My Job: Explosive Vocation

Name: Kamakaniolu De Dely
Age: 36
Job: Unexploded ordnance technician team leader
Start: The Waianae High School graduate received a certificate from Texas A&M University’s Unexploded Ordinance Technician Level 1 program in 2006 after working as a bomb sweeper for several years.
“My older brother worked clearing ordnance on Kahoolawe for many years, and I thought it was pretty cool,” De Dely recalls. “With his help, I first got involved as a brush cutter – clearing areas for unexploded ordnance technicians to clean up – then moving up to sweeping these areas with metal detectors.”
What It Takes: He says Texas A&M featured “an intense program on the different classes of ordnance and some of the techniques to safely get rid of them via explosives. “It takes a certain kind of person to do this job. It can be very dangerous. Newbies start to realize this once they find their first piece of ordnance. I’ve learned to trust my teammates and vice versa. Even with that though, things can go wrong. “We work for different environmental companies that are contracted through the military to clear an area of ordnance.”
Tragedy: “One of my hardest days was when I lost my two best friends in the Waikele bunker explosion in 2011. One of them had been my classmate at Texas A&M. I remember getting a phone call asking if I had heard from my partner at bomb school. I left a message, begging him to call me back. Then I called my other friend on that job and it went to voicemail. When I heard they were both killed, I had a lot of guilt. I thought, ‘Why had it been them and not me?’ ”

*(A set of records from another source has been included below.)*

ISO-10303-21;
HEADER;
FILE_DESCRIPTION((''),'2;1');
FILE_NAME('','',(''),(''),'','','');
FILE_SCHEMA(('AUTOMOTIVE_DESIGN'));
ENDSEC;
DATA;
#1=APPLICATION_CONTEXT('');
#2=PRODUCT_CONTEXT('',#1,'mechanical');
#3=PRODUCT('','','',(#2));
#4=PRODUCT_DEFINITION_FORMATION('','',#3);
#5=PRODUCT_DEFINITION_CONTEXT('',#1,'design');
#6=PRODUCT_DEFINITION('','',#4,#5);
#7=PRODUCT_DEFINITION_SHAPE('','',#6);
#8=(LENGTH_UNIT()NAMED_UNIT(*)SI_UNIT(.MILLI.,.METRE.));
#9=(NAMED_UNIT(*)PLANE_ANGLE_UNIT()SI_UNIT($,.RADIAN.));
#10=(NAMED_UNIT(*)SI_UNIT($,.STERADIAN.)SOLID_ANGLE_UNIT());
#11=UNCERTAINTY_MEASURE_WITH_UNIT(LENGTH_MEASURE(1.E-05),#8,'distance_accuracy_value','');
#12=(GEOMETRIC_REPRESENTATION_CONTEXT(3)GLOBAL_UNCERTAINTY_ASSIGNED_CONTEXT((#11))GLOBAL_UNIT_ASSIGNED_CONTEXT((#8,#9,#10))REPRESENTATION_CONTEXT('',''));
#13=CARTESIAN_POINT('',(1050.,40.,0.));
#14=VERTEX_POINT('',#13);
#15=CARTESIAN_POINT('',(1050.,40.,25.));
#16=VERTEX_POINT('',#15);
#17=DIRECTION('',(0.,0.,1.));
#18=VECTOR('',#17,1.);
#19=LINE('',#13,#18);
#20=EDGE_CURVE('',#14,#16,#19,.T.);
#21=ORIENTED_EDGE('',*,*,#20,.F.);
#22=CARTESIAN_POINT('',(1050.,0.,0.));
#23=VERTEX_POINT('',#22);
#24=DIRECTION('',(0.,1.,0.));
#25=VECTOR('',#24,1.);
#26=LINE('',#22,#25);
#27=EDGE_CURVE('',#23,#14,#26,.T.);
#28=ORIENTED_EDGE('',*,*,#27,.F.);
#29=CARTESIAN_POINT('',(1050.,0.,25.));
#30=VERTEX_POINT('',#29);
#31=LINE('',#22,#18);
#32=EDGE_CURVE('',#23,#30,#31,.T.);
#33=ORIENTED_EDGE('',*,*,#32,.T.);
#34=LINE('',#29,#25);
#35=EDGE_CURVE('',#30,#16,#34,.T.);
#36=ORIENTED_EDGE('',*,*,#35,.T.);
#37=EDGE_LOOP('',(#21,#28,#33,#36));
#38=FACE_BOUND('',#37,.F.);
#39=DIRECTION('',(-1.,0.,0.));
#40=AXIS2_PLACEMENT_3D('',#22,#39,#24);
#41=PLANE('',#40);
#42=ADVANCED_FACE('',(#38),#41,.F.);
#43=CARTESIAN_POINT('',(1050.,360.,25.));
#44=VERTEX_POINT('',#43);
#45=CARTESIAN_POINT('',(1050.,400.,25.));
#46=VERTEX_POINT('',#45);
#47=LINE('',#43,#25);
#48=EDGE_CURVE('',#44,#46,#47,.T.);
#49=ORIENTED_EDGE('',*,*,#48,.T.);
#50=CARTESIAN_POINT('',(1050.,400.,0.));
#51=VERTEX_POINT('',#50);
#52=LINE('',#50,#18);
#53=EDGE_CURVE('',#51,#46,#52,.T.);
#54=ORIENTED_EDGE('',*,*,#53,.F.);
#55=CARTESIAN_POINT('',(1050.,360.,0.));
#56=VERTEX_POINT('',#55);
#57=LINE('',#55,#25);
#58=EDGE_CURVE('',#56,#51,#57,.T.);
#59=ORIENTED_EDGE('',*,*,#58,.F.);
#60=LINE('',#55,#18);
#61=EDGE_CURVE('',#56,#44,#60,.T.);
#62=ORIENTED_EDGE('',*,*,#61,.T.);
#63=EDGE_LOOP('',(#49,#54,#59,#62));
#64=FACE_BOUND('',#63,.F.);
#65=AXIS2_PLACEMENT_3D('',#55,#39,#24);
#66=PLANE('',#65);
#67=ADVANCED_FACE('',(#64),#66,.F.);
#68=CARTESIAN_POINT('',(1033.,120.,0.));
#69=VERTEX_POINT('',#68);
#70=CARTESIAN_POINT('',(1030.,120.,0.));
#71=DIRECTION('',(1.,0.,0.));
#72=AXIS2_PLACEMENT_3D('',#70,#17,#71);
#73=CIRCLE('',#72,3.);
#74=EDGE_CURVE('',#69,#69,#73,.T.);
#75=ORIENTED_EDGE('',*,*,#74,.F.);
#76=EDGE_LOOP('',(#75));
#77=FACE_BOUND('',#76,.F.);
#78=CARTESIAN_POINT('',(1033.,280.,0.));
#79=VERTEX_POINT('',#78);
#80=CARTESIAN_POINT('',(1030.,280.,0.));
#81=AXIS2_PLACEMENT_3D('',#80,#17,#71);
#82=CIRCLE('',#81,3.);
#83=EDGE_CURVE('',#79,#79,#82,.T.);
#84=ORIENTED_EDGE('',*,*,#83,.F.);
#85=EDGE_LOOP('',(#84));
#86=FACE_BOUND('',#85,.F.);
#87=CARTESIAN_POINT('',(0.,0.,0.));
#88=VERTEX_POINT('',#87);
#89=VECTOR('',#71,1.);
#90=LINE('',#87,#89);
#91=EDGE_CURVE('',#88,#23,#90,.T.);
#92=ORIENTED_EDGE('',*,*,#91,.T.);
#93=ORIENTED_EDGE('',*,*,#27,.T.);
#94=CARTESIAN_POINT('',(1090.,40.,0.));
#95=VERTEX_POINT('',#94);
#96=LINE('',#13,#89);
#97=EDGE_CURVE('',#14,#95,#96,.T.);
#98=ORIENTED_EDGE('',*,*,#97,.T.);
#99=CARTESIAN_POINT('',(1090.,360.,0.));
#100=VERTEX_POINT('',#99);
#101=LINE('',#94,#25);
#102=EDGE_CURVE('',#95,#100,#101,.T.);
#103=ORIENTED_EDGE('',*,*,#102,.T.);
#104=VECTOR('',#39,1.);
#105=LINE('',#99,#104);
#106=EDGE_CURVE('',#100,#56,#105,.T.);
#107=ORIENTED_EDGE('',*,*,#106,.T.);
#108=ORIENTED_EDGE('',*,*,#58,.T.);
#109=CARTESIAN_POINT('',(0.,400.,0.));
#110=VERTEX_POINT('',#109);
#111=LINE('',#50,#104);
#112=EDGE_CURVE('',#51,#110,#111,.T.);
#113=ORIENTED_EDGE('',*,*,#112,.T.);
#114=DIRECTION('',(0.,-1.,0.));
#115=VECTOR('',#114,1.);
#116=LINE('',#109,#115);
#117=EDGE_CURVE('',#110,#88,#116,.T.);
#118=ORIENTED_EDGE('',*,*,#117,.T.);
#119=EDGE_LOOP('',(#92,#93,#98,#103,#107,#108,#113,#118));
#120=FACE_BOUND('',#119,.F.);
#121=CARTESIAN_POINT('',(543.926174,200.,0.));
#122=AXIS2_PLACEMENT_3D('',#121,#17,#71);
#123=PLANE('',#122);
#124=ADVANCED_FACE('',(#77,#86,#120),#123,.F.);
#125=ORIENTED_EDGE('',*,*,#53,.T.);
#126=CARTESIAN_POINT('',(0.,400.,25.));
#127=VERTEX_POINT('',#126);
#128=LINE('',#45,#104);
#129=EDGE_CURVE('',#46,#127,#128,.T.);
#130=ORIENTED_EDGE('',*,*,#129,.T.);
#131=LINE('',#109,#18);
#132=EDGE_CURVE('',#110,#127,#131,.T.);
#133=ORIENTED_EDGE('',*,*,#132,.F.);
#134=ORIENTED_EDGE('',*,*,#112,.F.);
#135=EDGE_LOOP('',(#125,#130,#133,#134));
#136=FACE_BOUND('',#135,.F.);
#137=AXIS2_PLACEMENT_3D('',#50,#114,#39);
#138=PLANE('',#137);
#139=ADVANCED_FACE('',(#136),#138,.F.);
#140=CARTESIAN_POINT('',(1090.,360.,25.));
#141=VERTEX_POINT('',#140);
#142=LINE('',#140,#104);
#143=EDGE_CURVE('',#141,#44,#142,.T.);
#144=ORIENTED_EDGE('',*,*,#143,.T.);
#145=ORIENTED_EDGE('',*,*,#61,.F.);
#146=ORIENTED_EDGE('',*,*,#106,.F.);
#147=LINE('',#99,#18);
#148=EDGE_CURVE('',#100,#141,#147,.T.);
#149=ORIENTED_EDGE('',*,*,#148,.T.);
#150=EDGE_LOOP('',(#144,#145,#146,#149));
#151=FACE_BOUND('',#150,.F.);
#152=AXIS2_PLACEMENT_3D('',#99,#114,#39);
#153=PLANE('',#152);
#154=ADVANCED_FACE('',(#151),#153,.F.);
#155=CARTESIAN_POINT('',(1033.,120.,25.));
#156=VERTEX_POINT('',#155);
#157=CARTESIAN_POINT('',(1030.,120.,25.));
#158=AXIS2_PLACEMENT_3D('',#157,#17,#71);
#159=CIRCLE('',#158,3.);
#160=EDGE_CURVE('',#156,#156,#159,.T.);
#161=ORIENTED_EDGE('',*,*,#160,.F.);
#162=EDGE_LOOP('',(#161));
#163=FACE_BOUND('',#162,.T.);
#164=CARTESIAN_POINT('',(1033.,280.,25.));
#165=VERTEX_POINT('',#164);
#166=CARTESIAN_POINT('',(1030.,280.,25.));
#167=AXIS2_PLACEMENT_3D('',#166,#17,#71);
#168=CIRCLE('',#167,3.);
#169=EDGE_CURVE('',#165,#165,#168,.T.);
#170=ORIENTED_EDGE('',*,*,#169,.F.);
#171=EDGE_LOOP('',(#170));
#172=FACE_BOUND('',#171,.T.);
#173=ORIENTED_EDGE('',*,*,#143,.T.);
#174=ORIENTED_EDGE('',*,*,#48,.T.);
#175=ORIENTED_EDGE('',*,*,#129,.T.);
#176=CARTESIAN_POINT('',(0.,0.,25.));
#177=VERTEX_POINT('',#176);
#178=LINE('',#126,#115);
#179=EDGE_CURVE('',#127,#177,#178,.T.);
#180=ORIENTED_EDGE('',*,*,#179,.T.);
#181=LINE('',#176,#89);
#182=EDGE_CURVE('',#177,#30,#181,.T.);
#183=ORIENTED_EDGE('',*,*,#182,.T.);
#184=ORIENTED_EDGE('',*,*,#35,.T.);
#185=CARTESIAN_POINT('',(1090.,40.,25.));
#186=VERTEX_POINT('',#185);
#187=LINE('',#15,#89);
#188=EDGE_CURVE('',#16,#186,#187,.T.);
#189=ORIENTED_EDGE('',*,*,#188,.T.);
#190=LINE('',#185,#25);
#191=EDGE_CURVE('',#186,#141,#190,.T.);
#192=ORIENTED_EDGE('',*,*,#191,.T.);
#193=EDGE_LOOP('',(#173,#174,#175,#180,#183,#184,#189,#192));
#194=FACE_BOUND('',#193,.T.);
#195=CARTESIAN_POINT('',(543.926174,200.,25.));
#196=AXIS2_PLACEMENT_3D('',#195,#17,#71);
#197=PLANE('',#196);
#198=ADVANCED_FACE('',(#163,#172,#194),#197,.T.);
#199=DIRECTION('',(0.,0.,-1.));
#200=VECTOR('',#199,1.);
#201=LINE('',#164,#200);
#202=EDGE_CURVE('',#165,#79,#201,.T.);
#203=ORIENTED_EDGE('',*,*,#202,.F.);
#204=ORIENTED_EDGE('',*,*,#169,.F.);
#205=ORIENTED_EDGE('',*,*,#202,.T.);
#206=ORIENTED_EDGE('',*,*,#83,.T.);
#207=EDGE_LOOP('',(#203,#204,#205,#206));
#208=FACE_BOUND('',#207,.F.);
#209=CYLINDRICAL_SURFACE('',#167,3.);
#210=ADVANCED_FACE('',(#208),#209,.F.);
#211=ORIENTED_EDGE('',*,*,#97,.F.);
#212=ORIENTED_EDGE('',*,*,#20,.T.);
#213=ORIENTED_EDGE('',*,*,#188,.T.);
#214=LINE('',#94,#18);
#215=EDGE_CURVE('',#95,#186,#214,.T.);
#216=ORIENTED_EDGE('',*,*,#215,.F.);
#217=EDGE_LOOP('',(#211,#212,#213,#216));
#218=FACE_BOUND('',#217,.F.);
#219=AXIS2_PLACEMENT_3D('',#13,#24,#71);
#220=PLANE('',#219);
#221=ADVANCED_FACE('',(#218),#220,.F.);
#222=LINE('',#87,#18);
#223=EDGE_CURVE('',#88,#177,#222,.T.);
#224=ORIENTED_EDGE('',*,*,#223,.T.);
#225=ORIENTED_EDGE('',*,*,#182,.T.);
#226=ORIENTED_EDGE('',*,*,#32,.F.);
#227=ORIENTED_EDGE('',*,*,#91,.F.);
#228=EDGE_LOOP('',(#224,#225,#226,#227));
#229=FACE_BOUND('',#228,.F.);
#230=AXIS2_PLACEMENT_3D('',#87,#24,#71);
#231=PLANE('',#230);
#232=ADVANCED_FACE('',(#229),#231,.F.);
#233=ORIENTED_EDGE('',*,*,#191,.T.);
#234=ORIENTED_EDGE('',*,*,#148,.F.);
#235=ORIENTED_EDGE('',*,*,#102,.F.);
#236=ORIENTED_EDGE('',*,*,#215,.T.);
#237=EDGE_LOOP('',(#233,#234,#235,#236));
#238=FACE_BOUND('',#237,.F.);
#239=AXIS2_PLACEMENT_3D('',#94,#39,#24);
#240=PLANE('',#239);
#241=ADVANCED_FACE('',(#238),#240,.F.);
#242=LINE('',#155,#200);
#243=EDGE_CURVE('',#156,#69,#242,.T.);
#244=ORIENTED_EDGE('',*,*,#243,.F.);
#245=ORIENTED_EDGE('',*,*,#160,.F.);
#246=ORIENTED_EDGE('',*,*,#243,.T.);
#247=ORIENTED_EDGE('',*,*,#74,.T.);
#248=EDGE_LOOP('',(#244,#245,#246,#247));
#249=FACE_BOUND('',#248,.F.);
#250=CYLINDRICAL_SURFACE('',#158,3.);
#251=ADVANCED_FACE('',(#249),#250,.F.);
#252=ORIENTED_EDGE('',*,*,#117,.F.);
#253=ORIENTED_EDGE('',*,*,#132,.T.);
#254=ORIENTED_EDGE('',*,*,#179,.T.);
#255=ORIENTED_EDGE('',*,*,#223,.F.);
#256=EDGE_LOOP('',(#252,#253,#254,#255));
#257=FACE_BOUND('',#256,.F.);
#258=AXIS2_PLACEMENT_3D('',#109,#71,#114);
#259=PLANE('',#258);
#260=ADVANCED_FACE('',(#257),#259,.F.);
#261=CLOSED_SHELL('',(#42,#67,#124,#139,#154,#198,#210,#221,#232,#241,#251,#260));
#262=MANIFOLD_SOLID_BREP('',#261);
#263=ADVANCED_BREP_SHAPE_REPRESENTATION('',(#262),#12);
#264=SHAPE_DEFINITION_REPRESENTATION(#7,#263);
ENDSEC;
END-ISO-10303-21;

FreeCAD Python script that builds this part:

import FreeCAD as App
import Part
import Sketcher
from FreeCAD import Vector
Q = App.Units.Quantity

doc = App.newDocument("Part")
body = doc.addObject("PartDesign::Body", "Body")

# Sketch on XY plane
sketch1 = body.newObject("Sketcher::SketchObject", "Sketch")
sketch1.AttachmentSupport = (doc.getObject("XY_Plane"), [""])
sketch1.MapMode = "FlatFace"
sketch1.addGeometry(Part.LineSegment(Vector(0, 400, 0), Vector(0, 0, 0)), False)
sketch1.addGeometry(Part.LineSegment(Vector(0, 0, 0), Vector(1050, 0, 0)), False)
sketch1.addGeometry(Part.LineSegment(Vector(1050, 0, 0), Vector(1050, 40, 0)), False)
sketch1.addGeometry(Part.LineSegment(Vector(1050, 40, 0), Vector(1090, 40, 0)), False)
sketch1.addGeometry(Part.LineSegment(Vector(1090, 40, 0), Vector(1090, 360, 0)), False)
sketch1.addGeometry(Part.LineSegment(Vector(1090, 360, 0), Vector(1050, 360, 0)), False)
sketch1.addGeometry(Part.LineSegment(Vector(1050, 360, 0), Vector(1050, 400, 0)), False)
sketch1.addGeometry(Part.LineSegment(Vector(1050, 400, 0), Vector(0, 400, 0)), False)
sketch1.addConstraint(Sketcher.Constraint("Coincident", 0, 2, 1, 1))
sketch1.addConstraint(Sketcher.Constraint("Coincident", 1, 2, 2, 1))
sketch1.addConstraint(Sketcher.Constraint("Coincident", 2, 2, 3, 1))
sketch1.addConstraint(Sketcher.Constraint("Coincident", 3, 2, 4, 1))
sketch1.addConstraint(Sketcher.Constraint("Coincident", 4, 2, 5, 1))
sketch1.addConstraint(Sketcher.Constraint("Coincident", 5, 2, 6, 1))
sketch1.addConstraint(Sketcher.Constraint("Coincident", 6, 2, 7, 1))
sketch1.addConstraint(Sketcher.Constraint("Coincident", 7, 2, 0, 1))
sketch1.addConstraint(Sketcher.Constraint("Vertical", 0))
sketch1.addConstraint(Sketcher.Constraint("Horizontal", 1))
sketch1.addConstraint(Sketcher.Constraint("Vertical", 2))
sketch1.addConstraint(Sketcher.Constraint("Horizontal", 3))
sketch1.addConstraint(Sketcher.Constraint("Vertical", 4))
sketch1.addConstraint(Sketcher.Constraint("Horizontal", 5))
sketch1.addConstraint(Sketcher.Constraint("Vertical", 6))
sketch1.addConstraint(Sketcher.Constraint("Horizontal", 7))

Challenges: There’s a lot of difficult offroad hiking. “You may end up carrying a pack that’s 50 pounds-plus, over rugged terrain, being stung by insects and cramping up or getting sunburnt. “When I tell people what I do, they ask me if it’s true not to cut the red wire like in the movies. I laugh and tell them there’s no color code needed to wire a bomb.”
Fascinating Finds: “One of the oldest pieces of ordnance I’ve dug up was a British World War I bomb called a Cooper bomb. I’ve even dug up Japanese World War II mortars with the Japanese kanji still engraved on it.”
Pay: “You could make upward of $120,000 annually, depending on the location where you work – especially if you are willing to travel to follow the work to the Mainland.”
This interview has been edited for clarity and conciseness.